**INSTRUCTIONS FOR THE TASK**
When the line containing "f 165 164 169" appears in the entries below, begin printing there and stop after the line containing "f 129 181 186"; print each of those lines exactly and no other line.

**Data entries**

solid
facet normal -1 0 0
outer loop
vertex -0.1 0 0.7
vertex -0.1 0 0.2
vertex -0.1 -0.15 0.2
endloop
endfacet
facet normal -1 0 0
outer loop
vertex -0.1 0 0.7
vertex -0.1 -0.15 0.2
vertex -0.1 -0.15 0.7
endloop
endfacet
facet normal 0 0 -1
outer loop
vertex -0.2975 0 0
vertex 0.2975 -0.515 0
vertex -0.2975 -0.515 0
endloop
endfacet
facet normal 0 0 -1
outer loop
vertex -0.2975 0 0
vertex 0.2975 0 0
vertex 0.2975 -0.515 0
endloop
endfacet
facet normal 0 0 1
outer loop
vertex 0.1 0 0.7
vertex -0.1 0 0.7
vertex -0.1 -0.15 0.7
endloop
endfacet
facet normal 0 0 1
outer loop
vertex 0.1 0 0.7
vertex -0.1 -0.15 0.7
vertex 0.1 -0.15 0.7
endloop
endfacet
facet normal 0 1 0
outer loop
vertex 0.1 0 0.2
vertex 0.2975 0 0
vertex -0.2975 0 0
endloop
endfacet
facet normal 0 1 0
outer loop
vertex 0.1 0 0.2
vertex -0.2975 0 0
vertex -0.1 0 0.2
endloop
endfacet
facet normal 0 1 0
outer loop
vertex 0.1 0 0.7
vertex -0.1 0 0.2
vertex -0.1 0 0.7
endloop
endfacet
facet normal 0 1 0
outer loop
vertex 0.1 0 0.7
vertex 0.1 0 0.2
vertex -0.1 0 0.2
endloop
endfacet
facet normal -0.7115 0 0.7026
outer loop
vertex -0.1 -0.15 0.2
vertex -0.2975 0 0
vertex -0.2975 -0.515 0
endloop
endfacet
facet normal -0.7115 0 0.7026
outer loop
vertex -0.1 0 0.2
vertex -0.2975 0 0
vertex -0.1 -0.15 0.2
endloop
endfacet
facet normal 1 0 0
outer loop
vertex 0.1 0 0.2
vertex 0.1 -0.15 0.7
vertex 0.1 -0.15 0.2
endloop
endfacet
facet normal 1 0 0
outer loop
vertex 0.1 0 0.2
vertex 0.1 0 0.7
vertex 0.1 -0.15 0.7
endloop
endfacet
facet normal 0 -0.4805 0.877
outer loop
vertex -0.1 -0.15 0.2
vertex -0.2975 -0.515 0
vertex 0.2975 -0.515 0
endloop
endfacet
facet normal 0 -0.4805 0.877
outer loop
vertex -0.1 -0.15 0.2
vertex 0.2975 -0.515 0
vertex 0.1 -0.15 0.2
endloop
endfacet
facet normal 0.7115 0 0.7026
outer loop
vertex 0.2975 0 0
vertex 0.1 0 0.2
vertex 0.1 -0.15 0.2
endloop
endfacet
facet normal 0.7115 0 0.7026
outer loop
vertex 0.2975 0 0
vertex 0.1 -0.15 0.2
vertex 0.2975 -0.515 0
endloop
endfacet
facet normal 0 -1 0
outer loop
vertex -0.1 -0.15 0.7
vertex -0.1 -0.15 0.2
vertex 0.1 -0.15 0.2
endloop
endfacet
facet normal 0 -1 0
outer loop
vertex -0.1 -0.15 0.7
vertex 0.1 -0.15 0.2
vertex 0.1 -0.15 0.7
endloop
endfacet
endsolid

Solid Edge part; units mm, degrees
sketch "Sketch1" plane through (0, 0, 0) normal (0, -1, 0) x (1, 0, 0)
  line L0 (-0.1, 0.7) -> (0.1, 0.7)
  line L1 (0.1, 0.7) -> (0.1, 0.2)
  line L2 (0.1, 0.2) -> (0.2975, 0)
  line L3 (0.2975, 0) -> (-0.2975, 0)
  line L4 (-0.2975, 0) -> (-0.1, 0.2)
  line L5 (-0.1, 0.2) -> (-0.1, 0.7)
  dimension "D1" = 0.595
  dimension "D2" = 0.2
  dimension "D3" = 0.7
  dimension "D4" = 0.2
extrude "Protrusion1" add sketch "Sketch1" along normal blind 0.515
sketch "Sketch2" plane through (0, 0, 0) normal (1, 0, 0) x (0, 1, 0)
  line L0 (-0.515, 0.7) -> (-0.15, 0.7)
  line L1 (-0.15, 0.2) -> (-0.15, 0.7)
  line L2 (-0.515, 0) -> (-0.15, 0.2)
  line L3 (-0.515, 0) -> (-0.515, 0.2)
  line L4 (-0.515, 0.2) -> (-0.515, 0.7)
  dimension "D1" = 0.15
extrude "Cutout1" cut sketch "Sketch2" along normal through all and the other way through all
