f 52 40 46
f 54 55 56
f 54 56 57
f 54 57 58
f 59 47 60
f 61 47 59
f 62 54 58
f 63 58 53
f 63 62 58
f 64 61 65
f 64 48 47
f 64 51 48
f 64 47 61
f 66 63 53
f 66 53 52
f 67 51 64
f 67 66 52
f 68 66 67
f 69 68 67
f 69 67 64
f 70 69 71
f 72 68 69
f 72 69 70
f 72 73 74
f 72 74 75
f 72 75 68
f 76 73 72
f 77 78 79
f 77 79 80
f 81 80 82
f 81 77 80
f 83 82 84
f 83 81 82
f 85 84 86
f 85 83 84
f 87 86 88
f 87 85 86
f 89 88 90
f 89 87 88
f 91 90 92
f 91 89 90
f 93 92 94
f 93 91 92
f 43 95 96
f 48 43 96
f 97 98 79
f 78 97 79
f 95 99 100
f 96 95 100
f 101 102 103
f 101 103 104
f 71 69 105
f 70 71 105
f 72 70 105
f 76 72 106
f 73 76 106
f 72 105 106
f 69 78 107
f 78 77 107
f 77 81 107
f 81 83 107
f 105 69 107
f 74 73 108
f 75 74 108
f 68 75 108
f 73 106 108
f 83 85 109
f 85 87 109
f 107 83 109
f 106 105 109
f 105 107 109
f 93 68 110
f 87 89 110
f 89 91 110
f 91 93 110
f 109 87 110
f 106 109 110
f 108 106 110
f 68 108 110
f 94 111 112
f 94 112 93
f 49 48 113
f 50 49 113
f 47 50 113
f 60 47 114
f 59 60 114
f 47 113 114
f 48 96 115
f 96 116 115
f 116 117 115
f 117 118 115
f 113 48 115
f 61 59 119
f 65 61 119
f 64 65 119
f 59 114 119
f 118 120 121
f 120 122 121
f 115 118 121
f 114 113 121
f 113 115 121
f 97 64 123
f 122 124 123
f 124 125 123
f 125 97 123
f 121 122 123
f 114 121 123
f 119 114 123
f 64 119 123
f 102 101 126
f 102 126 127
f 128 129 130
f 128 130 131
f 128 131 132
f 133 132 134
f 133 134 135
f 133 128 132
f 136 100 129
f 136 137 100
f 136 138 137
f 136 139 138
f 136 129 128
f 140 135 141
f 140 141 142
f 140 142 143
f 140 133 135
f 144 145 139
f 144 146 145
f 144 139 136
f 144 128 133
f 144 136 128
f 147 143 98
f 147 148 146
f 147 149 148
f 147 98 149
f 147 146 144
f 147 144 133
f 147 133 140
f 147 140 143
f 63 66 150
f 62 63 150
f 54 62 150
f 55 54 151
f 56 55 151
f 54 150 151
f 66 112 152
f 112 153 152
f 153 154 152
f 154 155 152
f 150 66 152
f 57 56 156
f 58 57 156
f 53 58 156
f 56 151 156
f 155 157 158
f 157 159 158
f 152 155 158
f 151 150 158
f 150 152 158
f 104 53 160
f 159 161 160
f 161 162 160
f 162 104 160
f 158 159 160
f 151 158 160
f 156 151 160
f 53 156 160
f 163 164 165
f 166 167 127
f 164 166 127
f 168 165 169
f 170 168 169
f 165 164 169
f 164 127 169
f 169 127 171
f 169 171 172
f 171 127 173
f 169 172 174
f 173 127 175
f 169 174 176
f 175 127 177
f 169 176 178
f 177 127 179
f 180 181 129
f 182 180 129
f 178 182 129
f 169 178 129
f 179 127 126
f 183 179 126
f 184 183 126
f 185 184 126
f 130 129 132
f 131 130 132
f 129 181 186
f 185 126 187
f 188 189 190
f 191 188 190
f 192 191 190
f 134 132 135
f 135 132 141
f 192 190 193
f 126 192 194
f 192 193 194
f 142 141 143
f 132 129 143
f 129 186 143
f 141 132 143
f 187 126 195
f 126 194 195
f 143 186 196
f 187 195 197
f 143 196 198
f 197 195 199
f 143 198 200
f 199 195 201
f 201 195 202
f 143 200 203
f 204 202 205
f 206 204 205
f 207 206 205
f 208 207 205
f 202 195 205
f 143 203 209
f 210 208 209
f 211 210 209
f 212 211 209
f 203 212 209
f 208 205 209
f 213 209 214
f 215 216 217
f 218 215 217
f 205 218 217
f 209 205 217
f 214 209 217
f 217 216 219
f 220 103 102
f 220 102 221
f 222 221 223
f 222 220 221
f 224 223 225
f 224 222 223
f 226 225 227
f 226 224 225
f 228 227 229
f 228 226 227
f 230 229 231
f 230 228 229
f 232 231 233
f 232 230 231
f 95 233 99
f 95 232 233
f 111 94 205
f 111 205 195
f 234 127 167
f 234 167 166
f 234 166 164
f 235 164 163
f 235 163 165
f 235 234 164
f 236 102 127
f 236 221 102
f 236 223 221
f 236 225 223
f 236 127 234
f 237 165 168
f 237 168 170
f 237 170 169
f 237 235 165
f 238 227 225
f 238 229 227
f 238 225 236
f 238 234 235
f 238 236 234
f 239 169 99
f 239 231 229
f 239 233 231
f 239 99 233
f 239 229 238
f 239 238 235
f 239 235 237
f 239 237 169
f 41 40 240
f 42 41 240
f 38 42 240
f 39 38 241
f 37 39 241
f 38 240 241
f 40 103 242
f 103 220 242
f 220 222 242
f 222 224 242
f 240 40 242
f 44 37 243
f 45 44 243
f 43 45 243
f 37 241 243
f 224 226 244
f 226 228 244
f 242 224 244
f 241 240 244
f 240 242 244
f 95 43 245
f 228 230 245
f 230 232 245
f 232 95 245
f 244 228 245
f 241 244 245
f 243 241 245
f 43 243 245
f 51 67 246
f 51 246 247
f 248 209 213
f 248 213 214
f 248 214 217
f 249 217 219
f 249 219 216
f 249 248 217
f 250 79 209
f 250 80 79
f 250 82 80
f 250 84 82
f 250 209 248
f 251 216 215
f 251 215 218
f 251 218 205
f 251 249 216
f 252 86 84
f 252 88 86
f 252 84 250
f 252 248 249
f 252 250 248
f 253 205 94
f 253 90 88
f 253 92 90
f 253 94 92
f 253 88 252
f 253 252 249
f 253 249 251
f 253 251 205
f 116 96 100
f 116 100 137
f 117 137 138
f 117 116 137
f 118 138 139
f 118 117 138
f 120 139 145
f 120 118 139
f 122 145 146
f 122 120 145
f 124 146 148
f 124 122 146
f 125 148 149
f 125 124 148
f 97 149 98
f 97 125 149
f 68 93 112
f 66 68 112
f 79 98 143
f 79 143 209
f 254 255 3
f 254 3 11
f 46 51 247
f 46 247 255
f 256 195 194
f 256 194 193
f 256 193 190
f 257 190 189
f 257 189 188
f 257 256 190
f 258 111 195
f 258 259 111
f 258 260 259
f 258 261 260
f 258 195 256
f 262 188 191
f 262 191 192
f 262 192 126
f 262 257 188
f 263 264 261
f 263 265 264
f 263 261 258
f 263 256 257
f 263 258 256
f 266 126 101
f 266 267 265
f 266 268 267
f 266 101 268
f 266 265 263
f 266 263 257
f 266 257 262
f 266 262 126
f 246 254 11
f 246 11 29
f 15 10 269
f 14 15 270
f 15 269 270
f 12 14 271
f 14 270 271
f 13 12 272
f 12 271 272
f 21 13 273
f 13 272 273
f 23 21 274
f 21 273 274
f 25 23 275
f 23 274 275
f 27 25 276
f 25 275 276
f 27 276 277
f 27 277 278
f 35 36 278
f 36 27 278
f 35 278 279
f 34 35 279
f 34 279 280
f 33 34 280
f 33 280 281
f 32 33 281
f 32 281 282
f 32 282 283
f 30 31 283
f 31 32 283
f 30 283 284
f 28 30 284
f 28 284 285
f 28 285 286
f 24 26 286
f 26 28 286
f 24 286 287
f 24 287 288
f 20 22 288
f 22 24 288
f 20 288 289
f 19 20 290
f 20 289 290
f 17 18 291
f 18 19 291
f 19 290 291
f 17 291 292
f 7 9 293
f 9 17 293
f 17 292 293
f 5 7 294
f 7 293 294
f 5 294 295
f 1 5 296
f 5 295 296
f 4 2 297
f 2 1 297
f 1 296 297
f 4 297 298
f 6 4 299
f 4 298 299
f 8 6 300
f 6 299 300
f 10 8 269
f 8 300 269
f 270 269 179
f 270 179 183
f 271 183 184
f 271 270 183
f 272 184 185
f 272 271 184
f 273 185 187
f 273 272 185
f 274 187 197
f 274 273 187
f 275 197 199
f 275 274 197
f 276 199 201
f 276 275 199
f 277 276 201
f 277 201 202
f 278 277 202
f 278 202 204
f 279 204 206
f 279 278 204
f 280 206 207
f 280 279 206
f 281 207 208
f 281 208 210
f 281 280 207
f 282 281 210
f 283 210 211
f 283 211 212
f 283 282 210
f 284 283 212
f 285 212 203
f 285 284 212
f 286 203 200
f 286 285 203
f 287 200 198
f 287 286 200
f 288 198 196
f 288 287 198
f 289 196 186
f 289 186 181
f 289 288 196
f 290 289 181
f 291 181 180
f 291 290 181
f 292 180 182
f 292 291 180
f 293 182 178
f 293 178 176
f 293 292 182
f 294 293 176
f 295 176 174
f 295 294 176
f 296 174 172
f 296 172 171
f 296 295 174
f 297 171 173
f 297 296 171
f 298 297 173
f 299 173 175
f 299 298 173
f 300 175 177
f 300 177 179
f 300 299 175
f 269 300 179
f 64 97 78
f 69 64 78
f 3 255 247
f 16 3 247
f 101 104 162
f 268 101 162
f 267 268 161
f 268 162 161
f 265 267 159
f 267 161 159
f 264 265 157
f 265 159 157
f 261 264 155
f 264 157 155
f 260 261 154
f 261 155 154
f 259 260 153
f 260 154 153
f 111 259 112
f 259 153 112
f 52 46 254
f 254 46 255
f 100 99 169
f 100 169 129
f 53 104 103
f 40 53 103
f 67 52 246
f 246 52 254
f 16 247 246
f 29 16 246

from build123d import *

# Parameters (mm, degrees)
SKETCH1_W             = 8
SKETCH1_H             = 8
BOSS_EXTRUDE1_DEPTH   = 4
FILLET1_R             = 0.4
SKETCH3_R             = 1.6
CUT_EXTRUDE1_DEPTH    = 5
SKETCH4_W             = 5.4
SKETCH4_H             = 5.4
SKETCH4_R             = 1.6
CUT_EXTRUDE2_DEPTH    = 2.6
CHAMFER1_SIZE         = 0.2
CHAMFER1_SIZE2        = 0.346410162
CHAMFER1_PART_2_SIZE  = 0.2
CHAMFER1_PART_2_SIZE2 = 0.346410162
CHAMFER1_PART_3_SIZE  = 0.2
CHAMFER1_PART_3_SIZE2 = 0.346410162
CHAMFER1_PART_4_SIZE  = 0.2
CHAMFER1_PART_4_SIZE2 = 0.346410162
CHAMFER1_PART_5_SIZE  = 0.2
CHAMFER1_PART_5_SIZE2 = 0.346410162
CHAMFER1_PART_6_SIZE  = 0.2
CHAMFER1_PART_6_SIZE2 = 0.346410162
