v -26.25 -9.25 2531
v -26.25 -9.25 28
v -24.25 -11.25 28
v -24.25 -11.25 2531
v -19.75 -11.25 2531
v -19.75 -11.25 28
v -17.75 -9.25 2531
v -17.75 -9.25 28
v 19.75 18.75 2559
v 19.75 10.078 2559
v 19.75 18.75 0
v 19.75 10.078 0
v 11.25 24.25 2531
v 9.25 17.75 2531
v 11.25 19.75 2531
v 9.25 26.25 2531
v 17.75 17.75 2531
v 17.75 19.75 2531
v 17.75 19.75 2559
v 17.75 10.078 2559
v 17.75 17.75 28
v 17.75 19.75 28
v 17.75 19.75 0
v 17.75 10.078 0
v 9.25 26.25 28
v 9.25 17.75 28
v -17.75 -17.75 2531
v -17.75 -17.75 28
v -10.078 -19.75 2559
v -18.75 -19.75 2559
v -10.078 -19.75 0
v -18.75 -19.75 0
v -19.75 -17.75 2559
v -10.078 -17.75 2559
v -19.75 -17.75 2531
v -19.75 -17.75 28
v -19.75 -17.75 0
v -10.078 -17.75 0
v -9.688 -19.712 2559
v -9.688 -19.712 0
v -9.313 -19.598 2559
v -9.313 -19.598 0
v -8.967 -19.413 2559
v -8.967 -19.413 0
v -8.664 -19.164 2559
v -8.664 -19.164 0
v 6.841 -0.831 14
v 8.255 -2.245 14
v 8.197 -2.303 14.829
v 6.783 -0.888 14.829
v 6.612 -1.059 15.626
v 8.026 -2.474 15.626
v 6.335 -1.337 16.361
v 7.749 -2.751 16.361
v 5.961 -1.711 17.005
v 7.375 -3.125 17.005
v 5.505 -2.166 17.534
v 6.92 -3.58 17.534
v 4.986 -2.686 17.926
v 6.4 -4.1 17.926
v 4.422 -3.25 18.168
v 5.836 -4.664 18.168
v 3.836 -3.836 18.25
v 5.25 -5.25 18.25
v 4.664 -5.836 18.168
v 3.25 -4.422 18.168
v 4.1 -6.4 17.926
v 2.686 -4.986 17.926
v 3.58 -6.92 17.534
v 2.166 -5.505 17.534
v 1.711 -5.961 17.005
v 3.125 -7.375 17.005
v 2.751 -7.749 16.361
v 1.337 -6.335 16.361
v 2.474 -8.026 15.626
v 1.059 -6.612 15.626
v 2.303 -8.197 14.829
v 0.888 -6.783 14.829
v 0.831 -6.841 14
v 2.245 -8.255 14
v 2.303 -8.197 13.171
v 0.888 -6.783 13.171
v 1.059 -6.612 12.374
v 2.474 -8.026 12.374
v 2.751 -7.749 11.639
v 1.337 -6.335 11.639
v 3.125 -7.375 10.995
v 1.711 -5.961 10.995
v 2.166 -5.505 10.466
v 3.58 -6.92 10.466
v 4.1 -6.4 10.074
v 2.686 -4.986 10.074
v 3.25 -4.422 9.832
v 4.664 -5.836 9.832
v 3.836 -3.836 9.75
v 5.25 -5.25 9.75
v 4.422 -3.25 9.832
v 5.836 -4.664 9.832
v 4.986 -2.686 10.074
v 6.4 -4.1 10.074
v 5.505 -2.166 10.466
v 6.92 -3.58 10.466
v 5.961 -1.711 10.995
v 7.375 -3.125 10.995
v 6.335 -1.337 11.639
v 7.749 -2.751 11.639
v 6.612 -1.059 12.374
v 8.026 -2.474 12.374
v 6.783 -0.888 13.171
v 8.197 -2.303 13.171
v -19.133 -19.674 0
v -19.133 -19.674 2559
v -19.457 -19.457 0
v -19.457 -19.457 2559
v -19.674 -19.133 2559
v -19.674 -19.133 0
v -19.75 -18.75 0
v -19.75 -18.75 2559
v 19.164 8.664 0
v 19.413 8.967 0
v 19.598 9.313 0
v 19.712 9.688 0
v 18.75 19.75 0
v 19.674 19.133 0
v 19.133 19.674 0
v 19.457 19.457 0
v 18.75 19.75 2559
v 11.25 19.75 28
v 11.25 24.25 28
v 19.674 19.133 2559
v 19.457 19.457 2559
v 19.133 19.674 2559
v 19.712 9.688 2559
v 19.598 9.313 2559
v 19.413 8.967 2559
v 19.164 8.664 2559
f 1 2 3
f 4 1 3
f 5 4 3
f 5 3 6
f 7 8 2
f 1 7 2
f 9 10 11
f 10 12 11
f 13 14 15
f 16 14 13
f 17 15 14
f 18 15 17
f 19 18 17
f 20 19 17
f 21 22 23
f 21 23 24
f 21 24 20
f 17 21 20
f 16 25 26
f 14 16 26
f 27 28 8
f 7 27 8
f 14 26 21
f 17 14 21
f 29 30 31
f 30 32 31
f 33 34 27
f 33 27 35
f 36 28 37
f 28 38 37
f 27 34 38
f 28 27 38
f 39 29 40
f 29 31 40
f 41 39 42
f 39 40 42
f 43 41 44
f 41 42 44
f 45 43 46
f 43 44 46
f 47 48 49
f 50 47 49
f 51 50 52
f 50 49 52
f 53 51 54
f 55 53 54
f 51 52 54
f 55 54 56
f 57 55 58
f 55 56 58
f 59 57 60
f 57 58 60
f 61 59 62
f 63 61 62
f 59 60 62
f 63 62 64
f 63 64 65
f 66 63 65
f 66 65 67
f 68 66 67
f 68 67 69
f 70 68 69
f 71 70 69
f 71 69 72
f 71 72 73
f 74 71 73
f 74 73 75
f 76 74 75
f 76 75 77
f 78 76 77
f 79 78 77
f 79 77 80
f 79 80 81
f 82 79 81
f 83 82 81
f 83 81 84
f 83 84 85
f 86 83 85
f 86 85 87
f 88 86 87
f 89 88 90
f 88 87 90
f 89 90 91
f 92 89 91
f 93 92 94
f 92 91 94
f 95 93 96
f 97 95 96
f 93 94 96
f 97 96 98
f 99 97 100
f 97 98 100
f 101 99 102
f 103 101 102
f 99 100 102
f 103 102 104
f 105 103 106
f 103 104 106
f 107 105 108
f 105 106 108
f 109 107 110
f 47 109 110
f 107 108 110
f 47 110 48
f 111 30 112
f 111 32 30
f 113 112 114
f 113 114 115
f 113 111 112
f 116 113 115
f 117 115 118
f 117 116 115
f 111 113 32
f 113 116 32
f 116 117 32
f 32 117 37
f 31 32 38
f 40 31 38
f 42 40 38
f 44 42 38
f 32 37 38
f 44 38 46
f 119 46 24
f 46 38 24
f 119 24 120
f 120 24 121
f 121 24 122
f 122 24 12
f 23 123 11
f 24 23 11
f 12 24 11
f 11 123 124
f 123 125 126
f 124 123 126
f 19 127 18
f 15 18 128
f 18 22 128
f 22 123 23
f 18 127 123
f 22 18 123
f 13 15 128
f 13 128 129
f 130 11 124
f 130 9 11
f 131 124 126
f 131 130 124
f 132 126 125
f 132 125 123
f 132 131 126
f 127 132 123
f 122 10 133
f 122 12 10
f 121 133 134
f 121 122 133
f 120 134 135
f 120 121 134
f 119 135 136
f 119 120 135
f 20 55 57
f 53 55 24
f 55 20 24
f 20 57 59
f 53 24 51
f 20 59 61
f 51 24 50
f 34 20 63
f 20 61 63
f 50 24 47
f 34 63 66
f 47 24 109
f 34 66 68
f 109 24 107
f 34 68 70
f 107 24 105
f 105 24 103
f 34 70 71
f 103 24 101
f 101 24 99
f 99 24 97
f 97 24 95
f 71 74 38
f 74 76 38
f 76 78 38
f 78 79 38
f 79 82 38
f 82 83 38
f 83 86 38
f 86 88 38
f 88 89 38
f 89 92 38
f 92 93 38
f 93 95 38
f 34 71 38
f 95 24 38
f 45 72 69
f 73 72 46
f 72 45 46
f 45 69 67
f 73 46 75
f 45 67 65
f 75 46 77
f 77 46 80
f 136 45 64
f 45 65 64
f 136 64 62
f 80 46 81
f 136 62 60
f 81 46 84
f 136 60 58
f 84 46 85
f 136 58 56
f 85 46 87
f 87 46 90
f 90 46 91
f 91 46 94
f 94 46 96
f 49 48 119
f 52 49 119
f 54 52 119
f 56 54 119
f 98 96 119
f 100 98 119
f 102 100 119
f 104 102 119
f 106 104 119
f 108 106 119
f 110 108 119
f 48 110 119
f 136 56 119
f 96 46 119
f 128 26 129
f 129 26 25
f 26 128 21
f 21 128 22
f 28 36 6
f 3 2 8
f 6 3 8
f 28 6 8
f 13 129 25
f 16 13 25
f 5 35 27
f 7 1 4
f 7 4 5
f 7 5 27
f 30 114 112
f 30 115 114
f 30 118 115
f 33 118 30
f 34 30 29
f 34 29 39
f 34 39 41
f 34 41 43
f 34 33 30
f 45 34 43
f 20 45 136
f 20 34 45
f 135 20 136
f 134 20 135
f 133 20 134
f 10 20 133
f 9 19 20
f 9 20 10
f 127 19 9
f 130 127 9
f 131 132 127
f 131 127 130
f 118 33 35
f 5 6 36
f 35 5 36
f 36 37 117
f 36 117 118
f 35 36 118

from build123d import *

# Parameters (mm, degrees)
F1_DEPTH = 28
F3_DEPTH = 2503
F5_DEPTH = 28
F6_R     = 2
F7_R     = 1
F8_R     = 4.25
F9_DEPTH = 25


with BuildPart() as f1:
    # F0 (on Top) → F1 (new body)
    with BuildSketch(Plane.XY):
        Polygon((-19.75, -17.750001), (-19.75, -19.75), (-9.25, -19.75), (19.75, 9.25), (19.75, 19.75), (17.750001, 19.75), (17.750001, 10.078427), (-10.078427, -17.750001), align=None)
    extrude(amount=F1_DEPTH)

    # F2 (on face) → F3 (join)
    with BuildSketch(Plane.XY.offset(28)):
        Polygon((-19.75, -19.75), (-9.25, -19.75), (19.75, 9.25), (19.75, 19.75), (11.25, 19.75), (11.25, 24.25), (9.25, 26.25), (9.25, 23.421573), (9.25, 19.75), (9.25, 17.750001), (17.750001, 17.750001), (17.750001, 10.078427), (16.585787, 8.914213), (-8.914213, -16.585787), (-10.078427, -17.750001), (-17.750001, -17.750001), (-17.750001, -9.25), (-19.75, -9.25), (-23.421573, -9.25), (-26.25, -9.25), (-24.25, -11.25), (-19.75, -11.25), align=None)
    extrude(amount=F3_DEPTH)

    # F4 (on face) → F5 (join)
    with BuildSketch(Plane.XY.offset(2531)):
        Polygon((19.75, 9.25), (19.75, 19.75), (17.750001, 19.75), (17.750001, 10.078427), (-10.078427, -17.750001), (-19.75, -17.750001), (-19.75, -19.75), (-9.25, -19.75), align=None)
    extrude(amount=F5_DEPTH)

    # F6
    f6_edges = [f1.edges().sort_by_distance(p)[0] for p in [
        (19.75, 9.25, 1279.5),
        (-9.25, -19.75, 1279.5),
    ]]
    fillet(f6_edges, radius=F6_R)

    # F7
    f7_edges = [f1.edges().sort_by_distance(p)[0] for p in [
        (-19.75, -19.75, 1279.5),
        (19.75, 19.75, 1279.5),
    ]]
    fillet(f7_edges, radius=F7_R)

    # F8 (on face) → F9 (cut)
    with BuildSketch(Plane(origin=(5.25, -5.25, 0), x_dir=(0.707107, 0.707107, 0), z_dir=(0.707107, -0.707107, 0))):
        with Locations((0, 14)):
            Circle(F8_R)
    extrude(amount=-F9_DEPTH, mode=Mode.SUBTRACT)


solid = f1.part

**EXERCISE OUTPUT**
f 165 164 169
f 164 127 169
f 169 127 171
f 169 171 172
f 171 127 173
f 169 172 174
f 173 127 175
f 169 174 176
f 175 127 177
f 169 176 178
f 177 127 179
f 180 181 129
f 182 180 129
f 178 182 129
f 169 178 129
f 179 127 126
f 183 179 126
f 184 183 126
f 185 184 126
f 130 129 132
f 131 130 132
f 129 181 186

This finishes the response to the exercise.